La violence comme caresse.

Le mouvement s’attache à la machine. Un défilé de chaînes, de tuyaux, d’outils, de tapis roulants surtout pour une affaire qui roule. Une mécanique rappelant de manière incongrue Les temps Modernes de Chaplin, dont Our Daily Bread constituerait le double contemporain, alimentaire et tragique. Car il y a bien de l’inéluctable dans ce glissement continuel de produits, d’aliments, de bétail où l’homme docile et mollement résigné, à l’inverse d’un Charlot, semble en permanence prêter son concours.

L’exercice implacable de la routine.

Car bien qu’il s’agisse d’élevage, la violence et la mort sont toujours en bout de chaîne. Violence d’autant plus dérangeante qu’elle s’exerce par des femmes aux mains expertes, machinales. L’une poinçonne des poussins, l’autre coupe des pieds, une troisième affine son couteau avant d’aller dépecer des cochons. Un défilé ininterrompu de séquences implacables sur la place de l’humain dans l’univers industriel.

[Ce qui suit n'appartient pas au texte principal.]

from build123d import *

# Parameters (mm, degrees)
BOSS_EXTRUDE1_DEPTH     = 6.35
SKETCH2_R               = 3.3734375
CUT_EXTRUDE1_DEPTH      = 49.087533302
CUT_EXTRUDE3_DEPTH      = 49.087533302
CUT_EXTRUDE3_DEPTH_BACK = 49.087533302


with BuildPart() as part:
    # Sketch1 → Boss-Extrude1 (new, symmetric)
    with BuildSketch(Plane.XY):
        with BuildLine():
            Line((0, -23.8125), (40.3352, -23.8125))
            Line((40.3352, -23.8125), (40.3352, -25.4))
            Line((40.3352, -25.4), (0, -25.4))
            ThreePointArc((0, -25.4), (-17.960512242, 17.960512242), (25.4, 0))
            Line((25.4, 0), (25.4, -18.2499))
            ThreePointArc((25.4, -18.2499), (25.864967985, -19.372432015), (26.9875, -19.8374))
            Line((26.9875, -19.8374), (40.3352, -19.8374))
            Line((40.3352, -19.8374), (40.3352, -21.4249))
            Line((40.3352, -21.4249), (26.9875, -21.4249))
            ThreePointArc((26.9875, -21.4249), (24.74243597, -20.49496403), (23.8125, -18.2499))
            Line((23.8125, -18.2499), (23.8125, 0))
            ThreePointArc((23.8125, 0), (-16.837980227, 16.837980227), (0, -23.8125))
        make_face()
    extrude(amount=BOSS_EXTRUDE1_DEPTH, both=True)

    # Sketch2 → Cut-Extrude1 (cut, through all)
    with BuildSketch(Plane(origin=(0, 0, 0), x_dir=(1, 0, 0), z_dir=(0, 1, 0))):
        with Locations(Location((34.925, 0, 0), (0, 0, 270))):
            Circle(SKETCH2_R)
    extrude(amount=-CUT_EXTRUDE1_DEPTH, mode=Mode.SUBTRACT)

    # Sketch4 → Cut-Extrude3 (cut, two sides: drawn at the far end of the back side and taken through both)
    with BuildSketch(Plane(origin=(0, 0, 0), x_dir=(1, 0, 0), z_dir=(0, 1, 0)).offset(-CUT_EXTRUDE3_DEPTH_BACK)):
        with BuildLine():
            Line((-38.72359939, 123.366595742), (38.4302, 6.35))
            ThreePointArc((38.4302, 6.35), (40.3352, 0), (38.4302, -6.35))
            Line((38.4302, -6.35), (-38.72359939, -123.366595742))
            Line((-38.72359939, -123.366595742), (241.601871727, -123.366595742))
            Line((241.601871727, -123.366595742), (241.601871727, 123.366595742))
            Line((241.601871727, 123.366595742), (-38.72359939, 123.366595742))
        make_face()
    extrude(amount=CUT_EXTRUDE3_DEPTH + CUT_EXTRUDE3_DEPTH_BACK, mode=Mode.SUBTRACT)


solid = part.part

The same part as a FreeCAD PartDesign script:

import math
import FreeCAD as App
import Part
import Sketcher
Q = App.Units.Quantity

doc = App.newDocument("Part")
body = doc.addObject("PartDesign::Body", "Body")

sketch1 = body.newObject("Sketcher::SketchObject", "Sketch")
sketch1.AttachmentSupport = (doc.getObject("XY_Plane"), [""])
sketch1.MapMode = "FlatFace"
sketch1.addGeometry([
    Part.LineSegment(App.Vector(40.3, -23.8, 0), App.Vector(0, -23.8, 0)),
    Part.ArcOfCircle(Part.Circle(App.Vector(0, 0, 0), App.Vector(0, 0, 1), 23.8), math.radians(0), math.radians(270)),
    Part.LineSegment(App.Vector(23.8, 0, 0), App.Vector(23.8, -18.2, 0)),
    Part.ArcOfCircle(Part.Circle(App.Vector(27, -18.2, 0), App.Vector(0, 0, 1), 3.2), math.radians(-180), math.radians(-90)),
    Part.LineSegment(App.Vector(27, -21.4, 0), App.Vector(40.3, -21.4, 0)),
    Part.LineSegment(App.Vector(40.3, -21.4, 0), App.Vector(40.3, -19.8, 0)),
    Part.LineSegment(App.Vector(40.3, -19.8, 0), App.Vector(27, -19.8, 0)),
    Part.ArcOfCircle(Part.Circle(App.Vector(27, -18.2, 0), App.Vector(0, 0, 1), 1.6), math.radians(180), math.radians(270)),
    Part.LineSegment(App.Vector(25.4, -18.2, 0), App.Vector(25.4, 0, 0)),
    Part.ArcOfCircle(Part.Circle(App.Vector(0, 0, 0), App.Vector(0, 0, 1), 25.4), math.radians(0), math.radians(270)),
    Part.LineSegment(App.Vector(0, -25.4, 0), App.Vector(40.3, -25.4, 0)),
    Part.LineSegment(App.Vector(40.3, -25.4, 0), App.Vector(40.3, -23.8, 0)),
], False)
sketch1.addConstraint([
    Sketcher.Constraint("Tangent", 0, 2, 1, 2),
    Sketcher.Constraint("Tangent", 1, 1, 2, 1),
    Sketcher.Constraint("Tangent", 2, 2, 3, 1),
    Sketcher.Constraint("Tangent", 3, 2, 4, 1),
    Sketcher.Constraint("Coincident", 4, 2, 5, 1),
    Sketcher.Constraint("Coincident", 5, 2, 6, 1),
    Sketcher.Constraint("Tangent", 6, 2, 7, 2),
    Sketcher.Constraint("Tangent", 7, 1, 8, 1),
    Sketcher.Constraint("Tangent", 8, 2, 9, 1),
    Sketcher.Constraint("Tangent", 9, 2, 10, 1),
    Sketcher.Constraint("Coincident", 10, 2, 11, 1),
    Sketcher.Constraint("Coincident", 11, 2, 0, 1),
    Sketcher.Constraint("Horizontal", 0),
    Sketcher.Constraint("Vertical", 2),
    Sketcher.Constraint("Horizontal", 4),
    Sketcher.Constraint("Vertical", 5),
    Sketcher.Constraint("Horizontal", 6),
    Sketcher.Constraint("Vertical", 8),
    Sketcher.Constraint("Horizontal", 10),
    Sketcher.Constraint("Vertical", 11),
    Sketcher.Constraint("Coincident", 1, 3, -1, 1),
    Sketcher.Constraint("Coincident", 9, 3, -1, 1),
    Sketcher.Constraint("Coincident", 7, 3, 3, 3),
    Sketcher.Constraint("Vertical", 5, 2, 10, 2),
    Sketcher.Constraint("Radius", 9, Q("1 in")),
    Sketcher.Constraint("Radius", 1, Q("0.9375 in")),
    Sketcher.Constraint("Radius", 3, Q("0.125 in")),
    Sketcher.Constraint("DistanceX", 0, 2, 0, 1, Q("1.588 in")),
    Sketcher.Constraint("DistanceY", 2, 2, 2, 1, Q("0.7185 in")),
])
pad1 = body.newObject("PartDesign::Pad", "Pad")
pad1.Profile = sketch1
pad1.Length = Q("0.5 in")
pad1.Midplane = True

sketch2 = body.newObject("Sketcher::SketchObject", "Sketch001")
sketch2.AttachmentSupport = (doc.getObject("XZ_Plane"), [""])
sketch2.MapMode = "FlatFace"
sketch2.addGeometry(Part.Circle(App.Vector(34.9, 0, 0), App.Vector(0, 0, 1), 3.4), False)
sketch2.addConstraint([
    Sketcher.Constraint("PointOnObject", 0, 3, -1),
    Sketcher.Constraint("Diameter", 0, Q("0.265625 in")),
    Sketcher.Constraint("DistanceX", -1, 1, 0, 3, Q("1.375 in")),
])
pocket1 = body.newObject("PartDesign::Pocket", "Pocket")
pocket1.Profile = sketch2
pocket1.Type = "ThroughAll"
pocket1.Reversed = True

sketch3 = body.newObject("Sketcher::SketchObject", "Sketch002")
sketch3.AttachmentSupport = (doc.getObject("XZ_Plane"), [""])
sketch3.MapMode = "FlatFace"
sketch3.addGeometry([
    Part.LineSegment(App.Vector(-39, -123, 0), App.Vector(38, -6, 0)),
    Part.ArcOfCircle(Part.Circle(App.Vector(29, 0, 0), App.Vector(0, 0, 1), 12), math.radians(-33), math.radians(33)),
    Part.LineSegment(App.Vector(38, 6, 0), App.Vector(-39, 123, 0)),
    Part.LineSegment(App.Vector(-39, 123, 0), App.Vector(242, 123, 0)),
    Part.LineSegment(App.Vector(242, 123, 0), App.Vector(242, -123, 0)),
    Part.LineSegment(App.Vector(242, -123, 0), App.Vector(-39, -123, 0)),
], False)
sketch3.addConstraint([
    Sketcher.Constraint("Tangent", 0, 2, 1, 1),
    Sketcher.Constraint("Tangent", 1, 2, 2, 1),
    Sketcher.Constraint("Coincident", 2, 2, 3, 1),
    Sketcher.Constraint("Coincident", 3, 2, 4, 1),
    Sketcher.Constraint("Coincident", 4, 2, 5, 1),
    Sketcher.Constraint("Coincident", 5, 2, 0, 1),
    Sketcher.Constraint("Horizontal", 3),
    Sketcher.Constraint("Vertical", 4),
    Sketcher.Constraint("Horizontal", 5),
    Sketcher.Constraint("Symmetric", 0, 2, 1, 2, -1),
    Sketcher.Constraint("Vertical", 2, 2, 5, 2),
    Sketcher.Constraint("DistanceY", 0, 2, 1, 2, Q("0.5 in")),
    Sketcher.Constraint("DistanceX", -1, 1, 0, 2, Q("1.513 in")),
    Sketcher.Constraint("Radius", 1, 11.535833),
    Sketcher.Constraint("DistanceX", 3, 1, 3, 2, 280.325471),
    Sketcher.Constraint("DistanceY", 4, 2, 4, 1, 246.733191),
])
pocket2 = body.newObject("PartDesign::Pocket", "Pocket001")
pocket2.Profile = sketch3
pocket2.Type = "ThroughAll"
pocket2.Midplane = True

doc.recompute()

Implacable car mis à l’œil du montage. En intercalant chaque séquence d’un personnage au travail avec un instant de non-travail, le plus souvent la pause repas, Nikolaus Geyrhalter opère le passage d’une non-vie à un début d’humanité. L’humanité par le regard, la parole, le rire parfois, quelques secondes seulement d’un film où priment la non-vie, le silence, l’indifférence qui règnent sur le lieu de travail. Comme si chaque employé n’avait pas conscience d’être l’instrument d’une gigantesque déshumanisation. Comme si tout allait de soi.

Colonie pénitentiaire.

L’homme adapté au rôle qu’on lui assigne. L’homme opérant, maillon remplaçable à tout moment d’une chaîne dont il ne maîtrise ni les tenants ni les aboutissants. L’homme pièce d’une machine qu’il emporte et finit par intégrer à son propre fonctionnement. Une fois leur travail accompli, les bouchers circulent dans les couloirs comme des bêtes qu’on mènerait à la louche.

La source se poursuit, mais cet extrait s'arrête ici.